We will have sample weights and tree weights. Initially all sample weights are equal. After that we will increase weight for complicated samples.

Tree weight $w$ is computed using weighted error or $1 - accuracy$

$w_t = \frac12 log(\frac{1-weighted\_error_t}{weighted\_error_t})$ for each base classifier.

For correct samples weights will be decreased $e^w$ times, and for incorrect classified samples increased  $e^w$ times. After this changes we normalize weights.

In [None]:
n_trees = 3
tree_weights = np.zeros(n_trees)
classifiers = []
train_samples = X_train.shape[0]
# initialize sample weights
sample_weights = np.ones(train_samples) / train_samples
for i in range(n_trees):
    clf = DecisionTreeClassifier(min_samples_leaf=3, random_state=42)
    clf.fit(X_train, y_train, sample_weight=sample_weights)
    pred = clf.predict(X_train)
    acc = accuracy_score(y_train, pred, sample_weight=sample_weights)
    # Calculate tree weight
    w = ...
    tree_weights[i] = w
    classifiers.append(clf)
    # Update sample weights
    for j in range(train_samples):
        if pred[j] != y[j]:
            sample_weights[j] = sample_weights[j] * np.exp(w)
        else:
            sample_weights[j] = sample_weights[j] * np.exp((-w))
    # normalize the weights
    sample_weights = sample_weights / np.sum(sample_weights)

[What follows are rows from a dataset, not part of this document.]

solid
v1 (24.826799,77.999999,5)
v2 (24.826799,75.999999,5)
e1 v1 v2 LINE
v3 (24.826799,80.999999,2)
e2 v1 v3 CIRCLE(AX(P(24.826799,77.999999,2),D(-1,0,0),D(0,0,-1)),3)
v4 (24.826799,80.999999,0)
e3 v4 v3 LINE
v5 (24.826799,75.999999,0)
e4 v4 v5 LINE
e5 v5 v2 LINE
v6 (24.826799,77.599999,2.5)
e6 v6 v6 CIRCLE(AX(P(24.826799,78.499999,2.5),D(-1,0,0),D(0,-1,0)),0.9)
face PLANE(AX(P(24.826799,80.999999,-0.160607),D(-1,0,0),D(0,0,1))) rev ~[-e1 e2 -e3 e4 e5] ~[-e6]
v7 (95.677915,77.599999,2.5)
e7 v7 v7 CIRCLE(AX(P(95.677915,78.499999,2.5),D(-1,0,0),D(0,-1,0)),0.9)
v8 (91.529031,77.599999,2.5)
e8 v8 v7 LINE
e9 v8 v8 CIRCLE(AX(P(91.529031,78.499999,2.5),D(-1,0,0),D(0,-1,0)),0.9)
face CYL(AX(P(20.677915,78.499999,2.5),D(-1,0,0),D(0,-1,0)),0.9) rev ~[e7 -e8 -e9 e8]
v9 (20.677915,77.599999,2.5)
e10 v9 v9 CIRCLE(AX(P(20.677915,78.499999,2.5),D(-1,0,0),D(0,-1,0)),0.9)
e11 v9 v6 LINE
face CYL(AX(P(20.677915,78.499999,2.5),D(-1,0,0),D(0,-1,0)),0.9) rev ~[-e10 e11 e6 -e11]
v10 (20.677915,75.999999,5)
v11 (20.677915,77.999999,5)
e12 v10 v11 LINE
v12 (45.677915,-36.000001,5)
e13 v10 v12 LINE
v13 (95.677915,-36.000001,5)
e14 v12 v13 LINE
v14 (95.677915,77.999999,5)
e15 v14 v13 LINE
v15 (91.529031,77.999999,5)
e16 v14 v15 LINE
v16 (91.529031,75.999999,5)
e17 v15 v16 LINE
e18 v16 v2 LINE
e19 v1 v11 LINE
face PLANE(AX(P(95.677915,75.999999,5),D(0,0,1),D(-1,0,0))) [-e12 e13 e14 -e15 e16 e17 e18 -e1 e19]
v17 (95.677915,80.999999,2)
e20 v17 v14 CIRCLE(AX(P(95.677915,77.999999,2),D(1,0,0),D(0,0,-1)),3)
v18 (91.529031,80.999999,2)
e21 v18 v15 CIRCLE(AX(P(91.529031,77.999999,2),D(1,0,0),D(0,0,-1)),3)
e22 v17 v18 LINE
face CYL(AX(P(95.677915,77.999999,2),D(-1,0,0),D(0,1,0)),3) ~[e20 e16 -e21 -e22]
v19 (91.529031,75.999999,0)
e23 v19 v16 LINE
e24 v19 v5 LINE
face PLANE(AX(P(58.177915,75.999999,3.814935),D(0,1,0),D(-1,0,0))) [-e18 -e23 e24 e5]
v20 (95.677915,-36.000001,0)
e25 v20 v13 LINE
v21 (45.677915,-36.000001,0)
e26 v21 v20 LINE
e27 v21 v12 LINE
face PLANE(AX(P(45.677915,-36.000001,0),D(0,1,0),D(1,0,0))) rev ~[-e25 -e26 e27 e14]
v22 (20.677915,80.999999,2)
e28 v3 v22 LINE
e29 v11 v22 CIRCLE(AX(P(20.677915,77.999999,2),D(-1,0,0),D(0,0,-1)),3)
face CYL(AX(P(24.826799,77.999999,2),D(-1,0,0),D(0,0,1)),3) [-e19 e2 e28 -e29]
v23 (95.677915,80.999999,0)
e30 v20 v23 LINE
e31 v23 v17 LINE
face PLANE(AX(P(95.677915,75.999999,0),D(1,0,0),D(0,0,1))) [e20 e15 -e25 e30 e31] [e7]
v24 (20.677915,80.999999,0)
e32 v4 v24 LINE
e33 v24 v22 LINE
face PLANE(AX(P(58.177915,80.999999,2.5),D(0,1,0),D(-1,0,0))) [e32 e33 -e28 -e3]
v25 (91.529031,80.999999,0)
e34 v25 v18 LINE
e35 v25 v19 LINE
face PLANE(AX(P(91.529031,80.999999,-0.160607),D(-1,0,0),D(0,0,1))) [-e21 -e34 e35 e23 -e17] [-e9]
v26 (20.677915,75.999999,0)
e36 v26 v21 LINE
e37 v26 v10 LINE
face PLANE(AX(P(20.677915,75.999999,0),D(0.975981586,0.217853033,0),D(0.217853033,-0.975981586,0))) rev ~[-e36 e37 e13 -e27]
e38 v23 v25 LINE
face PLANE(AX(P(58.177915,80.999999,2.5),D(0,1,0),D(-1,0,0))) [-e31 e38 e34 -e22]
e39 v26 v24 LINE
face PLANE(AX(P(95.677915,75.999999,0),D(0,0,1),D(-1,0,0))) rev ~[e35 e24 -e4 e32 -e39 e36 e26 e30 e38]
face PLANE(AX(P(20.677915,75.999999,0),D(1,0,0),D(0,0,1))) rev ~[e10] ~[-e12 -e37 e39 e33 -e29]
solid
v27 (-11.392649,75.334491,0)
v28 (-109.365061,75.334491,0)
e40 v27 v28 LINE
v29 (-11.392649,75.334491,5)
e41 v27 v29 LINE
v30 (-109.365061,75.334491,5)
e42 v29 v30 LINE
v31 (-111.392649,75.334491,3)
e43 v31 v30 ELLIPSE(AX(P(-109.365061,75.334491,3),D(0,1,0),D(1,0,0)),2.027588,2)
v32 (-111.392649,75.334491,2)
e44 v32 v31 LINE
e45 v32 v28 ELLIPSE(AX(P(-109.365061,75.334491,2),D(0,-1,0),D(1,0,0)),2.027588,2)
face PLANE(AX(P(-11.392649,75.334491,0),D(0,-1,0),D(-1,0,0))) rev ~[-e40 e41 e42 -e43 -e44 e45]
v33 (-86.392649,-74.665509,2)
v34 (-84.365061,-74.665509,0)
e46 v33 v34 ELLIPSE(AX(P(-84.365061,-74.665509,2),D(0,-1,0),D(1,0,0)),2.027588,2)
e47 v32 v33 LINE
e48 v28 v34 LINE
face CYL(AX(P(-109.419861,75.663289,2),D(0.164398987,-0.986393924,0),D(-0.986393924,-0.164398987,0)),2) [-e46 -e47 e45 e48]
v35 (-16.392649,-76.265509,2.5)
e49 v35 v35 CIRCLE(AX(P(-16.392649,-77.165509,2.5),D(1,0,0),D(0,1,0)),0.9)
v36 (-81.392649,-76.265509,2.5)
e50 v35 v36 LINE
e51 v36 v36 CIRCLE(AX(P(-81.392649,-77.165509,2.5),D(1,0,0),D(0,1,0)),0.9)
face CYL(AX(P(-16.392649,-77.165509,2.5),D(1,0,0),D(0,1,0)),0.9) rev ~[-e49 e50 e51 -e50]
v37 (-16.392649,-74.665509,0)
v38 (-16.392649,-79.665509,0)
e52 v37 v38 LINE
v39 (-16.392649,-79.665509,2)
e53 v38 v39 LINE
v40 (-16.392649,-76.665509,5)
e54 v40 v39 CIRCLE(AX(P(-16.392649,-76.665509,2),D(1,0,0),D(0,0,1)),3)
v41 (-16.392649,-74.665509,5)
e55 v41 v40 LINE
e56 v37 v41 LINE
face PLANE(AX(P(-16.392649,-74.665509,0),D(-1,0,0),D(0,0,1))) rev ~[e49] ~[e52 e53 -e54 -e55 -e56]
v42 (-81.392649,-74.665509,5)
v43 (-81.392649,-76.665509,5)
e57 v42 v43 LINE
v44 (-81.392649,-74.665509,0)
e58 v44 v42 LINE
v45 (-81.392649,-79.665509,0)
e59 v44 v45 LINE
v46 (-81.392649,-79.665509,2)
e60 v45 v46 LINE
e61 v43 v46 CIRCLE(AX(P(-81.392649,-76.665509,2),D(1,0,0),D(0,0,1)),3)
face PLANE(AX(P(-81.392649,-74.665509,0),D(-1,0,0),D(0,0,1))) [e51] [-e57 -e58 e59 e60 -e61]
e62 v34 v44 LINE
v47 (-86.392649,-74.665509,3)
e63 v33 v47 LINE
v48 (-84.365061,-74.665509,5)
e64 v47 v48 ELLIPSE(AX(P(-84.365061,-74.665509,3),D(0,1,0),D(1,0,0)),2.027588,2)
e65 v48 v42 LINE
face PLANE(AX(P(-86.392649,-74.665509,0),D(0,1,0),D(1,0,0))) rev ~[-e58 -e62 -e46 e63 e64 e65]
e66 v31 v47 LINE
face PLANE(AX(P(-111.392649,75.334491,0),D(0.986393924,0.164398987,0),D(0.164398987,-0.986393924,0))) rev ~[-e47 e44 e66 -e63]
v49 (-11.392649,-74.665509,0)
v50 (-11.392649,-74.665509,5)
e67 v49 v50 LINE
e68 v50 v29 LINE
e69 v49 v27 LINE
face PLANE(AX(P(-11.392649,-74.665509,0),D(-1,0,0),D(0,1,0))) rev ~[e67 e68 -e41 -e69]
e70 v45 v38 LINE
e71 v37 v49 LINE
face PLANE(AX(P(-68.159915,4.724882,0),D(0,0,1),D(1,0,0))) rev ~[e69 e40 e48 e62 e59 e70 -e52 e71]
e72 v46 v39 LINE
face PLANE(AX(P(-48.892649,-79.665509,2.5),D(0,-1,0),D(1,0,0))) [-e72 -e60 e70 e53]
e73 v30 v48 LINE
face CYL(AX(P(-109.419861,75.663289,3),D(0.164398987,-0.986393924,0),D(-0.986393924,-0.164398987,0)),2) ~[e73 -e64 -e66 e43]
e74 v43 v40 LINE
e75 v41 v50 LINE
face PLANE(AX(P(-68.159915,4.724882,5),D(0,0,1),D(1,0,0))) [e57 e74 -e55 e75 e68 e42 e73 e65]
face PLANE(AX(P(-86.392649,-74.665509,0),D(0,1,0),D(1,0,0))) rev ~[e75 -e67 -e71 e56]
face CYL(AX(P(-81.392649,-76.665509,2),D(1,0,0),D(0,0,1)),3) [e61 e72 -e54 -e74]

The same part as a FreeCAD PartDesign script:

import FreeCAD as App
import Part
import Sketcher
from FreeCAD import Vector


def edges_at(feature, points):
    """Names of the edges that pass closest to the given points."""
    edges = feature.Shape.Edges
    near = lambda p: min(range(len(edges)), key=lambda i: edges[i].distToShape(Part.Vertex(*p))[0])
    return sorted({f"Edge{near(p) + 1}" for p in points})


def add_polygon(sketch, points):
    """Adds a closed chain of lines whose ends are joined by coincident constraints."""
    first, n = sketch.GeometryCount, len(points)
    for a, b in zip(points, points[1:] + points[:1]):
        sketch.addGeometry(Part.LineSegment(App.Vector(*a, 0), App.Vector(*b, 0)), False)
    for i in range(n):
        sketch.addConstraint(Sketcher.Constraint("Coincident", first + i, 2, first + (i + 1) % n, 1))

doc = App.newDocument("Part")
body = doc.addObject("PartDesign::Body", "Body")

sketch1 = body.newObject("Sketcher::SketchObject", "Sketch")
sketch1.AttachmentSupport = (doc.getObject("XY_Plane"), [""])
sketch1.MapMode = "FlatFace"
add_polygon(sketch1, [(21, 76), (46, -36), (96, -36), (96, 76)])
sketch1.addConstraint([
    Sketcher.Constraint("Horizontal", 1),
    Sketcher.Constraint("Vertical", 2),
    Sketcher.Constraint("Horizontal", 3),
    Sketcher.Constraint("DistanceX", 1, 1, 1, 2, 50.0),
    Sketcher.Constraint("DistanceX", 3, 2, 3, 1, 75.0),
    Sketcher.Constraint("DistanceY", 2, 1, 2, 2, 112.0),
    Sketcher.Constraint("DistanceY", 0, 2, -1, 1, 36.000001),
    Sketcher.Constraint("DistanceX", -1, 1, 0, 2, 45.677915),
])
pad1 = body.newObject("PartDesign::Pad", "Pad")
pad1.Profile = sketch1
pad1.Length = 5

sketch2 = body.newObject("Sketcher::SketchObject", "Sketch001")
sketch2.AttachmentSupport = (doc.getObject("XZ_Plane"), [""])
sketch2.MapMode = "FlatFace"
sketch2.AttachmentOffset = App.Placement(Vector(0, 0, -75.999999), App.Rotation())
add_polygon(sketch2, [(96, 5), (96, 0), (21, 0), (21, 5)])
sketch2.addConstraint([
    Sketcher.Constraint("Vertical", 0),
    Sketcher.Constraint("Horizontal", 1),
    Sketcher.Constraint("Vertical", 2),
    Sketcher.Constraint("Horizontal", 3),
    Sketcher.Constraint("PointOnObject", 0, 2, -1),
    Sketcher.Constraint("DistanceX", 1, 2, 1, 1, 75.0),
    Sketcher.Constraint("DistanceY", 0, 2, 0, 1, 5.0),
    Sketcher.Constraint("DistanceX", -1, 1, 0, 2, 95.677915),
])
pad2 = body.newObject("PartDesign::Pad", "Pad001")
pad2.Profile = sketch2
pad2.Length = 5
pad2.Reversed = True

sketch3 = body.newObject("Sketcher::SketchObject", "Sketch002")
sketch3.AttachmentSupport = (doc.getObject("XZ_Plane"), [""])
sketch3.MapMode = "FlatFace"
sketch3.AttachmentOffset = App.Placement(Vector(0, 0, -80.999999), App.Rotation())
add_polygon(sketch3, [(92, 8), (92, 0), (25, 0), (25, 8)])
sketch3.addConstraint([
    Sketcher.Constraint("Vertical", 0),
    Sketcher.Constraint("Horizontal", 1),
    Sketcher.Constraint("Vertical", 2),
    Sketcher.Constraint("Horizontal", 3),
    Sketcher.Constraint("DistanceX", 1, 2, 1, 1, 66.702231),
    Sketcher.Constraint("DistanceX", -1, 1, 1, 2, 24.826799),
    Sketcher.Constraint("DistanceY", 0, 2, 0, 1, 7.951083),
    Sketcher.Constraint("DistanceY", 0, 2, -1, 1, 0.160607),
])
pocket1 = body.newObject("PartDesign::Pocket", "Pocket")
pocket1.Profile = sketch3
pocket1.Length = 5
pocket1.Reversed = True

sketch4 = body.newObject("Sketcher::SketchObject", "Sketch003")
sketch4.AttachmentSupport = (doc.getObject("YZ_Plane"), [""])
sketch4.MapMode = "FlatFace"
sketch4.AttachmentOffset = App.Placement(Vector(0, 0, 20.677915), App.Rotation())
sketch4.addGeometry(Part.Circle(Vector(78.5, 2.5, 0), Vector(0, 0, 1), 0.9), False)
sketch4.addConstraint([
    Sketcher.Constraint("Diameter", 0, 1.8),
    Sketcher.Constraint("DistanceX", -1, 1, 0, 3, 78.499999),
    Sketcher.Constraint("DistanceY", -1, 1, 0, 3, 2.5),
])
pocket2 = body.newObject("PartDesign::Pocket", "Pocket001")
pocket2.Profile = sketch4
pocket2.Length = 125
pocket2.Reversed = True
doc.recompute()

fillet = body.newObject("PartDesign::Fillet", "Fillet")
fillet.Base = (pocket2, edges_at(pocket2, [(22.752, 81, 5), (93.603, 81, 5)]))
fillet.Radius = 3
body2 = doc.addObject("PartDesign::Body", "Body001")

sketch5 = body2.newObject("Sketcher::SketchObject", "Sketch004")
sketch5.AttachmentSupport = (doc.getObject("XY_Plane001"), [""])
sketch5.MapMode = "FlatFace"
add_polygon(sketch5, [(-111, 75), (-86, -75), (-11, -75), (-11, 75)])
sketch5.addConstraint([
    Sketcher.Constraint("Horizontal", 1),
    Sketcher.Constraint("Vertical", 2),
    Sketcher.Constraint("Horizontal", 3),
    Sketcher.Constraint("DistanceX", 1, 1, 1, 2, 75.0),
    Sketcher.Constraint("DistanceX", 3, 2, 3, 1, 100.0),
    Sketcher.Constraint("DistanceY", 2, 1, 2, 2, 150.0),
    Sketcher.Constraint("DistanceX", 0, 2, -1, 1, 86.392649),
    Sketcher.Constraint("DistanceY", 0, 2, -1, 1, 74.665509),
])
pad3 = body2.newObject("PartDesign::Pad", "Pad002")
pad3.Profile = sketch5
pad3.Length = 5
doc.recompute()

fillet2 = body2.newObject("PartDesign::Fillet", "Fillet001")
fillet2.Base = (pad3, edges_at(pad3, [(-98.893, 0.334, 5), (-98.893, 0.334, 0)]))
fillet2.Radius = 2

sketch6 = body2.newObject("Sketcher::SketchObject", "Sketch005")
sketch6.AttachmentSupport = (doc.getObject("XZ_Plane001"), [""])
sketch6.MapMode = "FlatFace"
sketch6.AttachmentOffset = App.Placement(Vector(0, 0, 74.665509), App.Rotation())
add_polygon(sketch6, [(-81, 5), (-81, 0), (-16, 0), (-16, 5)])
sketch6.addConstraint([
    Sketcher.Constraint("Vertical", 0),
    Sketcher.Constraint("Horizontal", 1),
    Sketcher.Constraint("Vertical", 2),
    Sketcher.Constraint("Horizontal", 3),
    Sketcher.Constraint("PointOnObject", 0, 2, -1),
    Sketcher.Constraint("DistanceX", 1, 1, 1, 2, 65.0),
    Sketcher.Constraint("DistanceY", 0, 2, 0, 1, 5.0),
    Sketcher.Constraint("DistanceX", 0, 2, -1, 1, 81.392649),
])
pad4 = body2.newObject("PartDesign::Pad", "Pad003")
pad4.Profile = sketch6
pad4.Length = 5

Use trees voting to calculate final predictions. Since we have a binary classification, the prediction will be calculated as follows:

$\hat{y} = sign(\sum_{t=1}^{T}(w_t f_t(x)))$

In [None]:
n_test = X_test.shape[0]

pred = np.zeros(n_test)

# Aggregate the  predictions
...

for i in range(n_test):
    pred[i] = 1 if pred[i] > 0 else -1


acc = accuracy_score(y_test, pred)
print("Boosting accuracy:", acc)


# [AdaBoost](https://en.wikipedia.org/wiki/AdaBoost)
Sklearn has many ensemble [methods](https://scikit-learn.org/stable/modules/classes.html#module-sklearn.ensemble)

In [None]:
from sklearn.ensemble import AdaBoostClassifier

clf = AdaBoostClassifier(
    DecisionTreeClassifier(max_depth=1),
    n_estimators=100
)
clf = clf.fit(X_train, y_train)
print('AdaBoost accuracy:', clf.score(X_test, y_test))


## Conclusion
In this lab work, we explored different methods for building ensemble models in machine learning. We started with the Bagging method, which uses bootstrap to create different subsamples of data and aggregate the results, which helps improve the generalizability of the model.

We then looked at Random Forests, which combines multiple decision trees to improve the accuracy and robustness of the model.

Finally, we examined AdaBoost, which consistently trains weak models on weighted subsets of data, focusing on those samples that present the greatest difficulty for previous models.